朝日よりもまばゆく、客は目を開けてられない。
「ママぁ……」
「母ちゃん……」
「マム……」
母さんを見つめるその顔が恍惚としていて、宗教と信者みたいだ……。
くっ、もうけが……。
俺は信者を横目にレジを死んだ顔で見つめる。
「おい店員さんよぉ」
オークのリーダーは懐からジャラリと何かを取り出した。
それは、ずっしりと重い銀貨だった。
「えっ!?」
「これで、この店の食いもん全部、売ってくれ」
「えっ!?」
まだ喰うのか……。という常人の驚きより、商売人の血がざわめく。
「こ、これで足りるか? 足りねえなら、俺の斧も置いていくが」
「い、いえ! 十分です! お釣りが出ます!」
俺のスキル【邪悪なる精算(エビルソロバン)】が発動する。
瞬時に銀貨の純度と質量を目視で鑑定。現在の金相場と照らし合わせ、日本円に換算する。 (……純銀だ。これ一枚で、チキン百個分以上の価値があるぞ……!)

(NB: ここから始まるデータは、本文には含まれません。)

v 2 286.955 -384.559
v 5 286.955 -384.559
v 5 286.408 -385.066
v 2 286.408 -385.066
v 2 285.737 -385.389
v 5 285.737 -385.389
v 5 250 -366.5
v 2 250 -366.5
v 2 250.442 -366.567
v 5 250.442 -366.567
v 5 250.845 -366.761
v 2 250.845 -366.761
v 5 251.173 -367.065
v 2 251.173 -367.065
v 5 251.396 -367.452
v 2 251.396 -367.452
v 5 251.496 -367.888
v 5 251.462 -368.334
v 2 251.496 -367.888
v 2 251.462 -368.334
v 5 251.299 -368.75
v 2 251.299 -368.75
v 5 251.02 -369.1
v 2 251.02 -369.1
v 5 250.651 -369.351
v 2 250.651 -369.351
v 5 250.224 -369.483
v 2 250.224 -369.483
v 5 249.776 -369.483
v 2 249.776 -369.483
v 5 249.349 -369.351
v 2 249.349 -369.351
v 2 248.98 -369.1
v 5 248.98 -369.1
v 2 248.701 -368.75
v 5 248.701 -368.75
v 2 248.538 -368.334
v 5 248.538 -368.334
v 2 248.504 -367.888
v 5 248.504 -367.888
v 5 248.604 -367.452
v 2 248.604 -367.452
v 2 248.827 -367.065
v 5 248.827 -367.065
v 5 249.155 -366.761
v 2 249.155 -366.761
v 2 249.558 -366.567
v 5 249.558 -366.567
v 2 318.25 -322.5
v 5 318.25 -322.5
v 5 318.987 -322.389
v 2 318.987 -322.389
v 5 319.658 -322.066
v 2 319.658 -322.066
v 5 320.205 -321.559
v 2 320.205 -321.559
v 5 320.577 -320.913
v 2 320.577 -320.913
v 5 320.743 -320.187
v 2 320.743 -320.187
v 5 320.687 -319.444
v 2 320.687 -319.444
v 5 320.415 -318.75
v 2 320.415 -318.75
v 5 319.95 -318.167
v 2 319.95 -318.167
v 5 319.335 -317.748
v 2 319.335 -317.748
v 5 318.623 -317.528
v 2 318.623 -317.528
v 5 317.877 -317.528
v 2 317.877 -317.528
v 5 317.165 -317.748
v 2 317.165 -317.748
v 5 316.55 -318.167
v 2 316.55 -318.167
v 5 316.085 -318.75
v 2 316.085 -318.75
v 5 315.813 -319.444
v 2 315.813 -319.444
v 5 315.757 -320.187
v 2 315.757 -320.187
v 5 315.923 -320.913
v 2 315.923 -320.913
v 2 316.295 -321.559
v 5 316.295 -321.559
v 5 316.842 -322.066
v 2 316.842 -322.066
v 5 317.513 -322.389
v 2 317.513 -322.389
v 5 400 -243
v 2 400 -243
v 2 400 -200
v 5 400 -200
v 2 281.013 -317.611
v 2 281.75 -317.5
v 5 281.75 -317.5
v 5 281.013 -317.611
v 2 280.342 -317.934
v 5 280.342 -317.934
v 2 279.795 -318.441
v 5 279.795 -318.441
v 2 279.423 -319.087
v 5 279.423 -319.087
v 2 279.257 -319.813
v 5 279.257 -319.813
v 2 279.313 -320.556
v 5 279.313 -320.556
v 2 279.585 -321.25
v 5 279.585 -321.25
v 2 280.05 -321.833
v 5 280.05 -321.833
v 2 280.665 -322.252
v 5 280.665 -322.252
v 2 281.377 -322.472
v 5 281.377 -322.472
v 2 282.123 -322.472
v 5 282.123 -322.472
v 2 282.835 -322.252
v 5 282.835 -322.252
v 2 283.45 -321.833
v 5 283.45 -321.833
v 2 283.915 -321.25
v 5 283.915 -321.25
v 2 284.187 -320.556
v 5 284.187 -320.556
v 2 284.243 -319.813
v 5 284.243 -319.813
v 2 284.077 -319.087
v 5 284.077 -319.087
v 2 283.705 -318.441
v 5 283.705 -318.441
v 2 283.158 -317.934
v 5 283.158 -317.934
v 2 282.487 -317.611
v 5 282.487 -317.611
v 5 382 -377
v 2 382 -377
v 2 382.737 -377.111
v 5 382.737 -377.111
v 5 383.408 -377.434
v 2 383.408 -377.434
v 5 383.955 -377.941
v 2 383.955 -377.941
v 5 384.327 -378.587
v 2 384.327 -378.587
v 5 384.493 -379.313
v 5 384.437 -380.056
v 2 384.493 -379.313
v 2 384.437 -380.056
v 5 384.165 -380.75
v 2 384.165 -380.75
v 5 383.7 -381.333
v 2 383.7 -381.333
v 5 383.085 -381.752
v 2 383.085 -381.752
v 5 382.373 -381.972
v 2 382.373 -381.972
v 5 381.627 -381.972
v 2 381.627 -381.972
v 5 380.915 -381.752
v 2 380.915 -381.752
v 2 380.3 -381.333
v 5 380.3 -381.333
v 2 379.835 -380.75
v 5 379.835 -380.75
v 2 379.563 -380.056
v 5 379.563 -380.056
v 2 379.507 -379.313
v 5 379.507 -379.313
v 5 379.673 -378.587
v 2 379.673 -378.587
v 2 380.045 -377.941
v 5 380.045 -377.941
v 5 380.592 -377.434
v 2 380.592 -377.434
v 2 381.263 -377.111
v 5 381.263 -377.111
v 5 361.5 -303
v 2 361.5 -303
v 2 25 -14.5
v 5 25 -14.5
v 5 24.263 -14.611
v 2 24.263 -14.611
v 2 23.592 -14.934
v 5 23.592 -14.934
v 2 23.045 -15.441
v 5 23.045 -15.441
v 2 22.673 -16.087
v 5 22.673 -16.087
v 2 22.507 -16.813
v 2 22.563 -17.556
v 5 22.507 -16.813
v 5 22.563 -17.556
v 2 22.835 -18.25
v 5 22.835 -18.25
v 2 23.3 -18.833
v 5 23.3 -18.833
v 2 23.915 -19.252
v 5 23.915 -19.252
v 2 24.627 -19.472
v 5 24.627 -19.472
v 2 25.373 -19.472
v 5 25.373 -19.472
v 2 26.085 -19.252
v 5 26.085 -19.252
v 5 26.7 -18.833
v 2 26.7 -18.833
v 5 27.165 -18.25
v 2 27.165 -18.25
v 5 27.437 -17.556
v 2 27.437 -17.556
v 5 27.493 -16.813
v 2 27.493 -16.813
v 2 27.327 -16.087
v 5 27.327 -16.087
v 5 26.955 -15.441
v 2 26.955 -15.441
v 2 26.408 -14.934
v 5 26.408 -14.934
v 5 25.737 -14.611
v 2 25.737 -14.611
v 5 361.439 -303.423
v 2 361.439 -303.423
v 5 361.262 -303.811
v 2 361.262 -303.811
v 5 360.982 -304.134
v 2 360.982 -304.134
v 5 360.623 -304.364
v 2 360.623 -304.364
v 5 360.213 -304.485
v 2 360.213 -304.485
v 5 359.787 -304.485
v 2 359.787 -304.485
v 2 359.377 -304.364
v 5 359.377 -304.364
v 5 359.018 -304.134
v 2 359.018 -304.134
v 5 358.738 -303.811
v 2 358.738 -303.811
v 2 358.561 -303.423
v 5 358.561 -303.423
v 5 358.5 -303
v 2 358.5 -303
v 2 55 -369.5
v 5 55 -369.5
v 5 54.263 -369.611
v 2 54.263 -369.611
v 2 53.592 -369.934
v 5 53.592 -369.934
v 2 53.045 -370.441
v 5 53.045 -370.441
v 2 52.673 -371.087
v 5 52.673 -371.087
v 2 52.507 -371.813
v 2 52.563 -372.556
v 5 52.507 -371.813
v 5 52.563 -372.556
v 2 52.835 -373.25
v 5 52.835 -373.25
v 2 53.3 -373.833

カズヤは震える手でレジを打ち、日本円の硬貨をお釣りとして渡した。
オークたちは、キラキラと輝く日本の硬貨(アルミニウムやニッケル)を見て、「未知の貴金属だ!」とさらに興奮している。
「よいか!! この店は『聖域』だ! 絶対にマムの前で暴力は許さない!」
「おうよ! この『女神(ママ)』の店に手出しする奴は、俺たちがぶっ殺す!」
少年剣士とオークたちは口々に母さんを称える。
いつの間にか(ちょっとだけ)仲良くなってる。
オークは楽しそうに大笑いしながら、大量の食料と雑誌(主にグラビア誌)を抱えて店を出て行った。
少年剣士は弁当を持って、またイートインコーナーに戻っていく。(帰れっ!!)
自動ドアが閉まり、再び静寂が戻る。
俺はその場にへたり込んだ。
「……助かった……のか?」
「あらあら、いい人たちだったわねぇ。また来てくれるかしら?」
母さんは、はだけた胸元を直そうともせず、のんきに微笑んでいる。
俺は立ち上がり、大きくため息を吐く。
「母さん! それにその胸! 早くしまって!」
「え? あら、やだ。カズヤくん、顔が赤いわよ?」
母さんのおっぱい吸いたいのかしら? と潤んだ瞳で言う。
「もう赤ちゃんじゃないでしょ」
はだけた胸元を惜しげもなくさらけ出し、母さんが小首をかしげる。
「ちげーしっ」
そこには、どこまでも続く深い緑の海と、空を悠々と泳ぐドラゴンの影。 どうやらここは、本当に俺たちの知る日本ではないらしい。だが、不思議なことに電気は通っているし、レジも動いている。バックヤードの勝手口を開ければ、そこには見慣れた実家の庭が繋がっていることも確認済みだ。
店だけが、異世界と日本を繋ぐ「境界線」になってしまったらしい。